I would be very interested into reading your paper ! Would you mind giving us a reference please ?
but what does it give us ?
This is a good question. It might open the possibility of building AI models with more control over them
You are a couple decades late to the party. I wonder why you left out Information theory
What about information theory?
@@CompuFlair the whole rationale about the Ising model depends on Information Theory, thats why I found odd you did not mention it at all. Also there are some details you missed about the Ising model at higher dimensions and there is a curious fact about it, the original 2D ising model was wrong. There are also some historical context that I find fascinating but that could be hours of content on its own
@@renanmonteirobarbosa8129 Can you provide references? I would be happy to include them in future videos
@@CompuFlair Leonard Susskind touches this topic on his Statistical Mechanics class. th-cam.com/play/PLpGHT1n4-mAsJ123W3fjPzvlDHOvIhHA0.html&si=ll_Ydgn2L-F6Twfj
Stephen wolfram called this, decades ago.
Reference Please. Did he derive probability of the neural nets?

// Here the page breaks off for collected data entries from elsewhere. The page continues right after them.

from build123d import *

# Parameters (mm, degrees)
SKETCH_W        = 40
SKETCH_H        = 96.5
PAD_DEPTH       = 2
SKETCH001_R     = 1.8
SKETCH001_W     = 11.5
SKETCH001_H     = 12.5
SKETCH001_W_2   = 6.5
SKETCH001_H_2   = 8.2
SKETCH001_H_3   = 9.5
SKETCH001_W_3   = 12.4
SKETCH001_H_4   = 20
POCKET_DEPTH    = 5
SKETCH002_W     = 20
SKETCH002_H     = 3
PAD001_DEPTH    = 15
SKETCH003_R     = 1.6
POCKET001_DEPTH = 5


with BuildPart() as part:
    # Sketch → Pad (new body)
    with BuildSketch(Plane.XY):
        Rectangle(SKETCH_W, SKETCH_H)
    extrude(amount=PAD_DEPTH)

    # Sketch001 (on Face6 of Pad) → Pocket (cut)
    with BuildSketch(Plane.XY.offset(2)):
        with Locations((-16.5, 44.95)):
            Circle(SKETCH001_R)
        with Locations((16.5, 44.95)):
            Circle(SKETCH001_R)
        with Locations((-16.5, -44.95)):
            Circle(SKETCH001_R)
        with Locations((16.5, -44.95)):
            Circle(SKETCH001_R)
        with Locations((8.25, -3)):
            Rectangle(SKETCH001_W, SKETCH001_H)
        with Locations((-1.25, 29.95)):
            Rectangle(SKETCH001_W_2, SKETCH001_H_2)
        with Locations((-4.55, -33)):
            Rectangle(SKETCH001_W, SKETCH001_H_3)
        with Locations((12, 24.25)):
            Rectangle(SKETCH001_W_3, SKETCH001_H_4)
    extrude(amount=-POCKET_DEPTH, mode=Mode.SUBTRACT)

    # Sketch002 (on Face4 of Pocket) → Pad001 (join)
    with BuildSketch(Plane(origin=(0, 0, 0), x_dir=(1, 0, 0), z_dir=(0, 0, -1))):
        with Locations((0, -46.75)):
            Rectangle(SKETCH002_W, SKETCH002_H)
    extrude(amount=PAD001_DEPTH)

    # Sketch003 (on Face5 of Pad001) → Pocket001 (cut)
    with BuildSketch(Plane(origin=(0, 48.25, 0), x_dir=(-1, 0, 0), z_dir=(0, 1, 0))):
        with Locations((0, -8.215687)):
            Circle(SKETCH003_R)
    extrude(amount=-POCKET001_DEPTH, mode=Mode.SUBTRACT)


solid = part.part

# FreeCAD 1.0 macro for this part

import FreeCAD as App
import Part
import Sketcher
Q = App.Units.Quantity


def add_polygon(sketch, points):
    """Adds a closed chain of lines whose ends are joined by coincident constraints."""
    first, n = sketch.GeometryCount, len(points)
    for a, b in zip(points, points[1:] + points[:1]):
        sketch.addGeometry(Part.LineSegment(App.Vector(*a, 0), App.Vector(*b, 0)), False)
    for i in range(n):
        sketch.addConstraint(Sketcher.Constraint("Coincident", first + i, 2, first + (i + 1) % n, 1))

doc = App.newDocument("Part")
params = doc.addObject("Spreadsheet::Sheet", "Params")
for row, (alias, value) in enumerate([
    ("sketch1_width", "40 mm"),
    ("sketch1_height", "96.5 mm"),
    ("pad1_length", "2 mm"),
    ("sketch2_diameter", "3.6 mm"),
    ("sketch2_height", "20 mm"),
    ("sketch2_width", "11.5 mm"),
    ("sketch2_width2", "6.5 mm"),
    ("sketch2_width3", "12.4 mm"),
    ("pocket1_length", "5 mm"),
    ("sketch3_width", "20 mm"),
    ("sketch3_height", "3 mm"),
    ("pad2_length", "15 mm"),
    ("sketch4_diameter", "3.2 mm"),
    ("pocket2_length", "5 mm"),
], start=1):
    params.set(f"A{row}", alias)
    params.set(f"B{row}", "=" + value)
    params.setAlias(f"B{row}", alias)

body = doc.addObject("PartDesign::Body", "Body")

sketch1 = doc.addObject("Sketcher::SketchObject", "Sketch")
body.addObject(sketch1)
sketch1.AttachmentSupport = (doc.XY_Plane, [""])
sketch1.MapMode = "FlatFace"
add_polygon(sketch1, [(-20, 48), (-20, -48), (20, -48), (20, 48)])
sketch1.addConstraint([
    Sketcher.Constraint("Vertical", 0),
    Sketcher.Constraint("Horizontal", 1),
    Sketcher.Constraint("Vertical", 2),
    Sketcher.Constraint("Horizontal", 3),
    Sketcher.Constraint("Symmetric", 0, 2, 2, 2, -1, 1),
    Sketcher.Constraint("DistanceX", 1, 1, 1, 2, Q("40 mm")),
    Sketcher.Constraint("DistanceY", 0, 2, 0, 1, Q("96.5 mm")),
])
sketch1.setExpression("Constraints[9]", "Params.sketch1_width")
sketch1.setExpression("Constraints[10]", "Params.sketch1_height")
pad1 = doc.addObject("PartDesign::Pad", "Pad")
body.addObject(pad1)
pad1.Profile = sketch1
pad1.setExpression("Length", "Params.pad1_length")

sketch2 = doc.addObject("Sketcher::SketchObject", "Sketch001")
body.addObject(sketch2)
sketch2.AttachmentSupport = (doc.XY_Plane, [""])
sketch2.MapMode = "FlatFace"
sketch2.AttachmentOffset = App.Placement(App.Vector(0, 0, 2), App.Rotation())
sketch2.addGeometry(Part.Circle(App.Vector(-16.5, 45, 0), App.Vector(0, 0, 1), 1.8), False)
sketch2.addGeometry(Part.Circle(App.Vector(16.5, 45, 0), App.Vector(0, 0, 1), 1.8), False)
sketch2.addGeometry(Part.Circle(App.Vector(-16.5, -45, 0), App.Vector(0, 0, 1), 1.8), False)
sketch2.addGeometry(Part.Circle(App.Vector(16.5, -45, 0), App.Vector(0, 0, 1), 1.8), False)
add_polygon(sketch2, [(2.5, 3.2), (2.5, -9.2), (14, -9.2), (14, 3.2)])
add_polygon(sketch2, [(-4.5, 34), (-4.5, 25.9), (2, 25.9), (2, 34)])
add_polygon(sketch2, [(-10.3, -28.2), (-10.3, -37.8), (1.2, -37.8), (1.2, -28.2)])
add_polygon(sketch2, [(5.8, 34.2), (5.8, 14.2), (18.2, 14.2), (18.2, 34.2)])
sketch2.addConstraint([
    Sketcher.Constraint("Vertical", 4),
    Sketcher.Constraint("Horizontal", 5),
    Sketcher.Constraint("Vertical", 6),
    Sketcher.Constraint("Horizontal", 7),
    Sketcher.Constraint("Vertical", 8),
    Sketcher.Constraint("Horizontal", 9),
    Sketcher.Constraint("Vertical", 10),
    Sketcher.Constraint("Horizontal", 11),
    Sketcher.Constraint("Vertical", 12),
    Sketcher.Constraint("Horizontal", 13),
    Sketcher.Constraint("Vertical", 14),
    Sketcher.Constraint("Horizontal", 15),
    Sketcher.Constraint("Vertical", 16),
    Sketcher.Constraint("Horizontal", 17),
    Sketcher.Constraint("Vertical", 18),
    Sketcher.Constraint("Horizontal", 19),
    Sketcher.Constraint("Equal", 0, 1),
    Sketcher.Constraint("Equal", 1, 2),
    Sketcher.Constraint("Equal", 2, 3),
    Sketcher.Constraint("Symmetric", 1, 3, 2, 3, -1, 1),
    Sketcher.Constraint("Symmetric", 0, 3, 3, 3, -1, 1),
    Sketcher.Constraint("Symmetric", 0, 3, 1, 3, -2),
    Sketcher.Constraint("Equal", 7, 13),
    Sketcher.Constraint("Diameter", 0, Q("3.6 mm")),
    Sketcher.Constraint("DistanceY", 16, 2, 16, 1, Q("20 mm")),
    Sketcher.Constraint("DistanceX", 5, 1, 5, 2, Q("11.5 mm")),
    Sketcher.Constraint("DistanceX", 9, 1, 9, 2, Q("6.5 mm")),
    Sketcher.Constraint("DistanceX", 17, 1, 17, 2, Q("12.4 mm")),
    Sketcher.Constraint("DistanceY", 4, 2, 4, 1, Q("12.5 mm")),
    Sketcher.Constraint("DistanceY", 8, 2, 8, 1, Q("8.2 mm")),
    Sketcher.Constraint("DistanceY", 12, 2, 12, 1, Q("9.5 mm")),
    Sketcher.Constraint("DistanceX", -1, 1, 5, 2, Q("14 mm")),
    Sketcher.Constraint("DistanceX", -1, 1, 9, 2, Q("2 mm")),
    Sketcher.Constraint("DistanceX", 0, 3, 1, 3, Q("33 mm")),
    Sketcher.Constraint("DistanceY", 12, 2, 7, 2, Q("41 mm")),
    Sketcher.Constraint("DistanceY", 7, 2, 16, 2, Q("11 mm")),
    Sketcher.Constraint("DistanceX", 12, 2, -1, 1, Q("10.3 mm")),
    Sketcher.Constraint("DistanceX", -1, 1, 16, 2, Q("5.8 mm")),
    Sketcher.Constraint("DistanceY", 2, 3, 0, 3, Q("89.9 mm")),
    Sketcher.Constraint("DistanceY", 3, 3, 4, 2, Q("35.7 mm")),
    Sketcher.Constraint("DistanceY", 8, 2, 0, 3, Q("19.1 mm")),
])
sketch2.setExpression("Constraints[39]", "Params.sketch2_diameter")
sketch2.setExpression("Constraints[40]", "Params.sketch2_height")
sketch2.setExpression("Constraints[41]", "Params.sketch2_width")
sketch2.setExpression("Constraints[42]", "Params.sketch2_width2")
sketch2.setExpression("Constraints[43]", "Params.sketch2_width3")
pocket1 = doc.addObject("PartDesign::Pocket", "Pocket")
body.addObject(pocket1)
pocket1.Profile = sketch2
pocket1.setExpression("Length", "Params.pocket1_length")

sketch3 = doc.addObject("Sketcher::SketchObject", "Sketch002")
body.addObject(sketch3)
sketch3.AttachmentSupport = (doc.XY_Plane, [""])
sketch3.MapMode = "FlatFace"
add_polygon(sketch3, [(-10, 45.2), (-10, 48.2), (10, 48.2), (10, 45.2)])
sketch3.addConstraint([
    Sketcher.Constraint("Vertical", 0),
    Sketcher.Constraint("Horizontal", 1),
    Sketcher.Constraint("Vertical", 2),
    Sketcher.Constraint("Horizontal", 3),
    Sketcher.Constraint("DistanceX", 1, 1, 1, 2, Q("20 mm")),
    Sketcher.Constraint("DistanceY", 0, 1, 0, 2, Q("3 mm")),
    Sketcher.Constraint("DistanceX", 0, 2, -1, 1, Q("10 mm")),
    Sketcher.Constraint("DistanceY", -1, 1, 0, 2, Q("48.25 mm")),
])
sketch3.setExpression("Constraints[8]", "Params.sketch3_width")
sketch3.setExpression("Constraints[9]", "Params.sketch3_height")
pad2 = doc.addObject("PartDesign::Pad", "Pad001")
body.addObject(pad2)
pad2.Profile = sketch3
pad2.setExpression("Length", "Params.pad2_length")
pad2.Reversed = True

sketch4 = doc.addObject("Sketcher::SketchObject", "Sketch003")
body.addObject(sketch4)
sketch4.AttachmentSupport = (doc.XZ_Plane, [""])
sketch4.MapMode = "FlatFace"
sketch4.AttachmentOffset = App.Placement(App.Vector(0, 0, -48.25), App.Rotation())
sketch4.addGeometry(Part.Circle(App.Vector(0, -8.2, 0), App.Vector(0, 0, 1), 1.6), False)
sketch4.addConstraint([
    Sketcher.Constraint("PointOnObject", 0, 3, -2),
    Sketcher.Constraint("Diameter", 0, Q("3.2 mm")),
    Sketcher.Constraint("DistanceY", 0, 3, -1, 1, Q("8.215687 mm")),
])
sketch4.setExpression("Constraints[1]", "Params.sketch4_diameter")
pocket2 = doc.addObject("PartDesign::Pocket", "Pocket001")
body.addObject(pocket2)
pocket2.Profile = sketch4
pocket2.setExpression("Length", "Params.pocket2_length")
pocket2.Reversed = True

doc.recompute()
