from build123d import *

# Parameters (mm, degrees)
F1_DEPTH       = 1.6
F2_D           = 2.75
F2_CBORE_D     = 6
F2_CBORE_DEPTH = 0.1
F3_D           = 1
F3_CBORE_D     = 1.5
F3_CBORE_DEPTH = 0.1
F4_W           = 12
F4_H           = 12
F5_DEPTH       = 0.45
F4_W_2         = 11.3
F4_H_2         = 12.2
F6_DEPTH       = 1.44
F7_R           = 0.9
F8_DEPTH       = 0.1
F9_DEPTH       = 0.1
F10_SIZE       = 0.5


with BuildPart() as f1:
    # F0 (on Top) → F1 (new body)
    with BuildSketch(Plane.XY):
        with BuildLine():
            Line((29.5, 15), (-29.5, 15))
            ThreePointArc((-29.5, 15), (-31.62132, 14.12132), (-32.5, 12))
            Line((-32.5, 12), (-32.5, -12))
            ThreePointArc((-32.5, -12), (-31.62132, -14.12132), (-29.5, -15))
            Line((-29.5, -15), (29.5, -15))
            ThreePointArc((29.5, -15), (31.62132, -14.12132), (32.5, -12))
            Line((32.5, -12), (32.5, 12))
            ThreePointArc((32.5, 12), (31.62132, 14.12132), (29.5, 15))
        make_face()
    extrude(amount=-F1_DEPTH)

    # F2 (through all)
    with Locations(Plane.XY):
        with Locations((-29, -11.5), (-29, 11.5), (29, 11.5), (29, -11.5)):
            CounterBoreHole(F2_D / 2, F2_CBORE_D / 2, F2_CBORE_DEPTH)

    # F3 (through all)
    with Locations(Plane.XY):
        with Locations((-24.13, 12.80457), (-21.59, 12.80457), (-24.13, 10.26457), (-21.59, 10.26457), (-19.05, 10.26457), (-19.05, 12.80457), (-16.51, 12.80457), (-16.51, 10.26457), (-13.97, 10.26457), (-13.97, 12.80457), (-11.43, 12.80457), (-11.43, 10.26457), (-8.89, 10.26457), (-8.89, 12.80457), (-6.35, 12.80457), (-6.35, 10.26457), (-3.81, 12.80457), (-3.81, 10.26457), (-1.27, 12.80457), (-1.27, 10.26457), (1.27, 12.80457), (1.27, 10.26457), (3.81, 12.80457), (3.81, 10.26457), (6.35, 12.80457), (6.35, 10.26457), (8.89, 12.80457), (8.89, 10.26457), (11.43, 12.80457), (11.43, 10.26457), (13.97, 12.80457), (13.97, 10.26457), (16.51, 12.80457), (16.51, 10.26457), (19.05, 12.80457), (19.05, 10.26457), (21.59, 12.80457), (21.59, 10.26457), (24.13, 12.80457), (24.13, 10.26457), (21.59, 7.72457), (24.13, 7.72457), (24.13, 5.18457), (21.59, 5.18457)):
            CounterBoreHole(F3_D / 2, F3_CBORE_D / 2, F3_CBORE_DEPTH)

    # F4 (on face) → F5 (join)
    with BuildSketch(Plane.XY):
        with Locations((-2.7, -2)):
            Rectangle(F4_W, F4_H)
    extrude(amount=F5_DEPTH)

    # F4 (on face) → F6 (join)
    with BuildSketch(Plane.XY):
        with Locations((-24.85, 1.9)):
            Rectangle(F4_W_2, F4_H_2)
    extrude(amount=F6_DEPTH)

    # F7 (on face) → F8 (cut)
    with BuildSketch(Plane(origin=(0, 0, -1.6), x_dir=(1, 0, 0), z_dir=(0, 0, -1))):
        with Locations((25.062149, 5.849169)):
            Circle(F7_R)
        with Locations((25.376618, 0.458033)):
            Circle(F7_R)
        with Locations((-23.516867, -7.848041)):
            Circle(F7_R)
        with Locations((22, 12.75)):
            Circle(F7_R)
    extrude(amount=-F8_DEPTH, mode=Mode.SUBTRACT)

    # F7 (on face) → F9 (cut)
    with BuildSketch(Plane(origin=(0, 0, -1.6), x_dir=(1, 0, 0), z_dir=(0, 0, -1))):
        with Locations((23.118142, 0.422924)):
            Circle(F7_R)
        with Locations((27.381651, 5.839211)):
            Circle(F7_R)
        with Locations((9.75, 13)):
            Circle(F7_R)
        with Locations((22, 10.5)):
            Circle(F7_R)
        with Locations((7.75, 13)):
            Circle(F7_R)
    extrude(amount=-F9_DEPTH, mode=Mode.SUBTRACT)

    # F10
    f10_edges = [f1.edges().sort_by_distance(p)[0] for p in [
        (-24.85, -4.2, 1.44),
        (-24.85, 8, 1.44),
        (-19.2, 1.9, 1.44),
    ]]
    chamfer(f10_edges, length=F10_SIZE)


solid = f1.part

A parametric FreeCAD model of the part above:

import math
import FreeCAD as App
import Part
import Sketcher


def edges_at(feature, points):
    """Names of the edges that pass closest to the given points."""
    edges = feature.Shape.Edges
    near = lambda p: min(range(len(edges)), key=lambda i: edges[i].distToShape(Part.Vertex(*p))[0])
    return sorted({f"Edge{near(p) + 1}" for p in points})

doc = App.newDocument("Part")
body = doc.addObject("PartDesign::Body", "Body")

# Sketch on XY plane
sketch1 = body.newObject("Sketcher::SketchObject", "Sketch")
sketch1.AttachmentSupport = (doc.getObject("XY_Plane"), [""])
sketch1.MapMode = "FlatFace"
sketch1.addGeometry([
    Part.LineSegment(App.Vector(29.5, 15, 0), App.Vector(-29.5, 15, 0)),  # 0
    Part.ArcOfCircle(Part.Circle(App.Vector(-29.5, 12, 0), App.Vector(0, 0, 1), 3), math.radians(90), math.radians(180)),  # 1
    Part.LineSegment(App.Vector(-32.5, 12, 0), App.Vector(-32.5, -12, 0)),  # 2
    Part.ArcOfCircle(Part.Circle(App.Vector(-29.5, -12, 0), App.Vector(0, 0, 1), 3), math.radians(-180), math.radians(-90)),  # 3
    Part.LineSegment(App.Vector(-29.5, -15, 0), App.Vector(29.5, -15, 0)),  # 4
    Part.ArcOfCircle(Part.Circle(App.Vector(29.5, -12, 0), App.Vector(0, 0, 1), 3), math.radians(-90), math.radians(0)),  # 5
    Part.LineSegment(App.Vector(32.5, -12, 0), App.Vector(32.5, 12, 0)),  # 6
    Part.ArcOfCircle(Part.Circle(App.Vector(29.5, 12, 0), App.Vector(0, 0, 1), 3), math.radians(0), math.radians(90)),  # 7
], False)
sketch1.addConstraint([
    Sketcher.Constraint("Tangent", 0, 2, 1, 1),
    Sketcher.Constraint("Tangent", 1, 2, 2, 1),
    Sketcher.Constraint("Tangent", 2, 2, 3, 1),
    Sketcher.Constraint("Tangent", 3, 2, 4, 1),
    Sketcher.Constraint("Tangent", 4, 2, 5, 1),
    Sketcher.Constraint("Tangent", 5, 2, 6, 1),
    Sketcher.Constraint("Tangent", 6, 2, 7, 1),
    Sketcher.Constraint("Tangent", 7, 2, 0, 1),
    Sketcher.Constraint("Horizontal", 0),
    Sketcher.Constraint("Vertical", 2),
    Sketcher.Constraint("Horizontal", 4),
    Sketcher.Constraint("Vertical", 6),
    Sketcher.Constraint("Equal", 1, 3),
    Sketcher.Constraint("Equal", 3, 5),
    Sketcher.Constraint("Equal", 5, 7),
    Sketcher.Constraint("Symmetric", 1, 3, 5, 3, -1, 1),
    Sketcher.Constraint("Radius", 1, 3.000001),
    Sketcher.Constraint("DistanceX", 0, 2, 0, 1, 59.0),
    Sketcher.Constraint("DistanceY", 2, 2, 2, 1, 24.0),
])
pad1 = body.newObject("PartDesign::Pad", "Pad")
pad1.Profile = sketch1
pad1.Length = 1.6
pad1.Reversed = True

@CompuFlair he wrote a book called A New Kind of Science, which has an accompanying website and it's about cellular automaton how they can be used to computate things that would otherwise have to be derived either algebraically or through geometric axioms.
The core concept is that immense complexity can be derived from its very simple minimalistic rule sets
Stephen Wolfram also created Mathematica, which was the de facto standard of academic mathematics for may years.
Hr Is considered one of the founding figures of artificial intelligence, and he's still around, you can find his work online and on TH-cam, etc.
He continues to write extensively on the topic of neural networks, physics simulations, computational science, etcetera
Stephen Wolfram's original work on cellular automaton were the 1d elementary variants. It has been shown that topologies that are isomorphic to the 1d case of the ising model were not able to undergo phase transitions, which is essential for systems to reach critical points and maximize efficiency.
Wolfram and his team are currently focusing on hypergraphs, which is highly unrelated to this subfield.
the Nobel prize has become a clout chasing thing where AI becomes popular and then suddenly AI is now physics.
Well, two videos of this series published before Nobel prize announced.
Also, when Boltzmann worked on stat mech it wasn't considered physics, same true about cosmology when Hubble working on it (thats why he never won the prize), and when quantum mechanics and relativity were on the horizon Lord Kelvin claimed "there is nothing new to be discovered in physics" this is not because he was not aware of what is coming but as Steve Weinberg put it he didn't consider them physics.
And now stat mech, quantum mechanics, and cosmology are all physics.
You're trying to emulate the brain, which is very similar as trying to simulate or emulate a physical system. It was generally always a neighbor of physics simulations due to the math being similar. Even a number of physics terms and names were used early on.
Because it is? Most modern machine learning control techniques are based off of concepts from physics. These constructs are basically dynamical systems.